_EXERCISE AIM_
Word for word, repeat all of the entries.

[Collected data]
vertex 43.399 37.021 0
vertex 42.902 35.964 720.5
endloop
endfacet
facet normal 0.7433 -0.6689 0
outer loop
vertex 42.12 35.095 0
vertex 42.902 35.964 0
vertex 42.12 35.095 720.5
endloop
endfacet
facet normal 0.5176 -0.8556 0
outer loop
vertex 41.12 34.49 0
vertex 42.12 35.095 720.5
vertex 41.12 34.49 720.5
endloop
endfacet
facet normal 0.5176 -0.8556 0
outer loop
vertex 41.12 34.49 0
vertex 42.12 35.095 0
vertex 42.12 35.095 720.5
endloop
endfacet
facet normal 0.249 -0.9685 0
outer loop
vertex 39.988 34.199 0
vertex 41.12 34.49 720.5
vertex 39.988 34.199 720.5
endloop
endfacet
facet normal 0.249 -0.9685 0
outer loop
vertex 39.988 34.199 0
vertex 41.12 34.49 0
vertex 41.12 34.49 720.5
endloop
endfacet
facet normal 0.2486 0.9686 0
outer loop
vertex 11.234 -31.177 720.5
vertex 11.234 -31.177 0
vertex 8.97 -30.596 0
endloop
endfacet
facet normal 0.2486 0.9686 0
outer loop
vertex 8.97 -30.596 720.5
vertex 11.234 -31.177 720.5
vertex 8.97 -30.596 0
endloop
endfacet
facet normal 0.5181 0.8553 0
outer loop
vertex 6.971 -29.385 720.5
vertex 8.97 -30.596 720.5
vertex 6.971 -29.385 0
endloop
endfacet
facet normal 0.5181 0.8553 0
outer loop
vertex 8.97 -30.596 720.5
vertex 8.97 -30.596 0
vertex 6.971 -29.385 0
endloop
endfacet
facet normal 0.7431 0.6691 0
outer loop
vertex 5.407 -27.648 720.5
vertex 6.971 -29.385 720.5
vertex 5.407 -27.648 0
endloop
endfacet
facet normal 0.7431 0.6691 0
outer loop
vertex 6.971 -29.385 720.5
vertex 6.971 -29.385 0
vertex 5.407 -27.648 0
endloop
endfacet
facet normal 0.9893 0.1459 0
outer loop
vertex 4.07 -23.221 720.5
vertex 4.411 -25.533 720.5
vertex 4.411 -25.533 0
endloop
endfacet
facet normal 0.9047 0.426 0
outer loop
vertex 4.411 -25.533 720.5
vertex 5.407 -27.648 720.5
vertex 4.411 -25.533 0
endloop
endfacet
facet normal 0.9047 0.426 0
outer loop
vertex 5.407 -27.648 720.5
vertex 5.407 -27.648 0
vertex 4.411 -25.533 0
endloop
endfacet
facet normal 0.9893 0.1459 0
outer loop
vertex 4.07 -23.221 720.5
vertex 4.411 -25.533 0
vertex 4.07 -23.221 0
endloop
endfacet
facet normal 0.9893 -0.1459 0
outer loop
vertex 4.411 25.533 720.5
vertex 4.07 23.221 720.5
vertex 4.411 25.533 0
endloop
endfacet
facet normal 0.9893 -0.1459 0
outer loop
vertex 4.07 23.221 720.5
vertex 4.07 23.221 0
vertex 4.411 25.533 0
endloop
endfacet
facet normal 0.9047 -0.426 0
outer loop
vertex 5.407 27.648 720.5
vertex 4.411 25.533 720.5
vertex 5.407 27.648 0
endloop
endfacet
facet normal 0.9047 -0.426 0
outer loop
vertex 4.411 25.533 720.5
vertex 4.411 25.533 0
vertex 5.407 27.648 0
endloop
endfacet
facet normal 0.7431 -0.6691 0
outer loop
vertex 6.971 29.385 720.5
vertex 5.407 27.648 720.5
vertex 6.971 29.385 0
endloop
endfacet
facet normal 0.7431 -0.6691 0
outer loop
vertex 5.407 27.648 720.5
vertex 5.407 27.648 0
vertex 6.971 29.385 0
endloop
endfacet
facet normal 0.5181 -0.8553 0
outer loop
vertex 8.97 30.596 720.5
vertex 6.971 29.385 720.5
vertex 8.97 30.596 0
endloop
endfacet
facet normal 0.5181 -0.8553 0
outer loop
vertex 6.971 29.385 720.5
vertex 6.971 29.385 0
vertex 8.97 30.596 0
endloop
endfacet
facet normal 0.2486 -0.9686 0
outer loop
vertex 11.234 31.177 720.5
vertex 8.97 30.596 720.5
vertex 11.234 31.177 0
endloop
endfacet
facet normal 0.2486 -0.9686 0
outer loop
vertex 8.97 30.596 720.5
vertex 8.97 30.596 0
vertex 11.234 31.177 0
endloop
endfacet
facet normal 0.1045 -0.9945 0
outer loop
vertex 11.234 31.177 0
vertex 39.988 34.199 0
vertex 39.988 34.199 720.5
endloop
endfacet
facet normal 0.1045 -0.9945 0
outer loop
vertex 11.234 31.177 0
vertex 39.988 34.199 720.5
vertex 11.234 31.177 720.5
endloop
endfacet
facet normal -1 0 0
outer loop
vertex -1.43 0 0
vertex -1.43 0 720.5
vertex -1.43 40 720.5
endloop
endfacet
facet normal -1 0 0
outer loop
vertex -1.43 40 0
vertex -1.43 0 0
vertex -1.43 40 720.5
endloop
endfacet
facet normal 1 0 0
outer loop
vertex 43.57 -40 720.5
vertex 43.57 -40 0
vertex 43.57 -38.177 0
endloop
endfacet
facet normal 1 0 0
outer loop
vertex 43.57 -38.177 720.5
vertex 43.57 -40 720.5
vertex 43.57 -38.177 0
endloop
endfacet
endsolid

_SOLUTION TO THE EXERCISE_
vertex 43.399 37.021 0
vertex 42.902 35.964 720.5
endloop
endfacet
facet normal 0.7433 -0.6689 0
outer loop
vertex 42.12 35.095 0
vertex 42.902 35.964 0
vertex 42.12 35.095 720.5
endloop
endfacet
facet normal 0.5176 -0.8556 0
outer loop
vertex 41.12 34.49 0
vertex 42.12 35.095 720.5
vertex 41.12 34.49 720.5
endloop
endfacet
facet normal 0.5176 -0.8556 0
outer loop
vertex 41.12 34.49 0
vertex 42.12 35.095 0
vertex 42.12 35.095 720.5
endloop
endfacet
facet normal 0.249 -0.9685 0
outer loop
vertex 39.988 34.199 0
vertex 41.12 34.49 720.5
vertex 39.988 34.199 720.5
endloop
endfacet
facet normal 0.249 -0.9685 0
outer loop
vertex 39.988 34.199 0
vertex 41.12 34.49 0
vertex 41.12 34.49 720.5
endloop
endfacet
facet normal 0.2486 0.9686 0
outer loop
vertex 11.234 -31.177 720.5
vertex 11.234 -31.177 0
vertex 8.97 -30.596 0
endloop
endfacet
facet normal 0.2486 0.9686 0
outer loop
vertex 8.97 -30.596 720.5
vertex 11.234 -31.177 720.5
vertex 8.97 -30.596 0
endloop
endfacet
facet normal 0.5181 0.8553 0
outer loop
vertex 6.971 -29.385 720.5
vertex 8.97 -30.596 720.5
vertex 6.971 -29.385 0
endloop
endfacet
facet normal 0.5181 0.8553 0
outer loop
vertex 8.97 -30.596 720.5
vertex 8.97 -30.596 0
vertex 6.971 -29.385 0
endloop
endfacet
facet normal 0.7431 0.6691 0
outer loop
vertex 5.407 -27.648 720.5
vertex 6.971 -29.385 720.5
vertex 5.407 -27.648 0
endloop
endfacet
facet normal 0.7431 0.6691 0
outer loop
vertex 6.971 -29.385 720.5
vertex 6.971 -29.385 0
vertex 5.407 -27.648 0
endloop
endfacet
facet normal 0.9893 0.1459 0
outer loop
vertex 4.07 -23.221 720.5
vertex 4.411 -25.533 720.5
vertex 4.411 -25.533 0
endloop
endfacet
facet normal 0.9047 0.426 0
outer loop
vertex 4.411 -25.533 720.5
vertex 5.407 -27.648 720.5
vertex 4.411 -25.533 0
endloop
endfacet
facet normal 0.9047 0.426 0
outer loop
vertex 5.407 -27.648 720.5
vertex 5.407 -27.648 0
vertex 4.411 -25.533 0
endloop
endfacet
facet normal 0.9893 0.1459 0
outer loop
vertex 4.07 -23.221 720.5
vertex 4.411 -25.533 0
vertex 4.07 -23.221 0
endloop
endfacet
facet normal 0.9893 -0.1459 0
outer loop
vertex 4.411 25.533 720.5
vertex 4.07 23.221 720.5
vertex 4.411 25.533 0
endloop
endfacet
facet normal 0.9893 -0.1459 0
outer loop
vertex 4.07 23.221 720.5
vertex 4.07 23.221 0
vertex 4.411 25.533 0
endloop
endfacet
facet normal 0.9047 -0.426 0
outer loop
vertex 5.407 27.648 720.5
vertex 4.411 25.533 720.5
vertex 5.407 27.648 0
endloop
endfacet
facet normal 0.9047 -0.426 0
outer loop
vertex 4.411 25.533 720.5
vertex 4.411 25.533 0
vertex 5.407 27.648 0
endloop
endfacet
facet normal 0.7431 -0.6691 0
outer loop
vertex 6.971 29.385 720.5
vertex 5.407 27.648 720.5
vertex 6.971 29.385 0
endloop
endfacet
facet normal 0.7431 -0.6691 0
outer loop
vertex 5.407 27.648 720.5
vertex 5.407 27.648 0
vertex 6.971 29.385 0
endloop
endfacet
facet normal 0.5181 -0.8553 0
outer loop
vertex 8.97 30.596 720.5
vertex 6.971 29.385 720.5
vertex 8.97 30.596 0
endloop
endfacet
facet normal 0.5181 -0.8553 0
outer loop
vertex 6.971 29.385 720.5
vertex 6.971 29.385 0
vertex 8.97 30.596 0
endloop
endfacet
facet normal 0.2486 -0.9686 0
outer loop
vertex 11.234 31.177 720.5
vertex 8.97 30.596 720.5
vertex 11.234 31.177 0
endloop
endfacet
facet normal 0.2486 -0.9686 0
outer loop
vertex 8.97 30.596 720.5
vertex 8.97 30.596 0
vertex 11.234 31.177 0
endloop
endfacet
facet normal 0.1045 -0.9945 0
outer loop
vertex 11.234 31.177 0
vertex 39.988 34.199 0
vertex 39.988 34.199 720.5
endloop
endfacet
facet normal 0.1045 -0.9945 0
outer loop
vertex 11.234 31.177 0
vertex 39.988 34.199 720.5
vertex 11.234 31.177 720.5
endloop
endfacet
facet normal -1 0 0
outer loop
vertex -1.43 0 0
vertex -1.43 0 720.5
vertex -1.43 40 720.5
endloop
endfacet
facet normal -1 0 0
outer loop
vertex -1.43 40 0
vertex -1.43 0 0
vertex -1.43 40 720.5
endloop
endfacet
facet normal 1 0 0
outer loop
vertex 43.57 -40 720.5
vertex 43.57 -40 0
vertex 43.57 -38.177 0
endloop
endfacet
facet normal 1 0 0
outer loop
vertex 43.57 -38.177 720.5
vertex 43.57 -40 720.5
vertex 43.57 -38.177 0
endloop
endfacet
endsolid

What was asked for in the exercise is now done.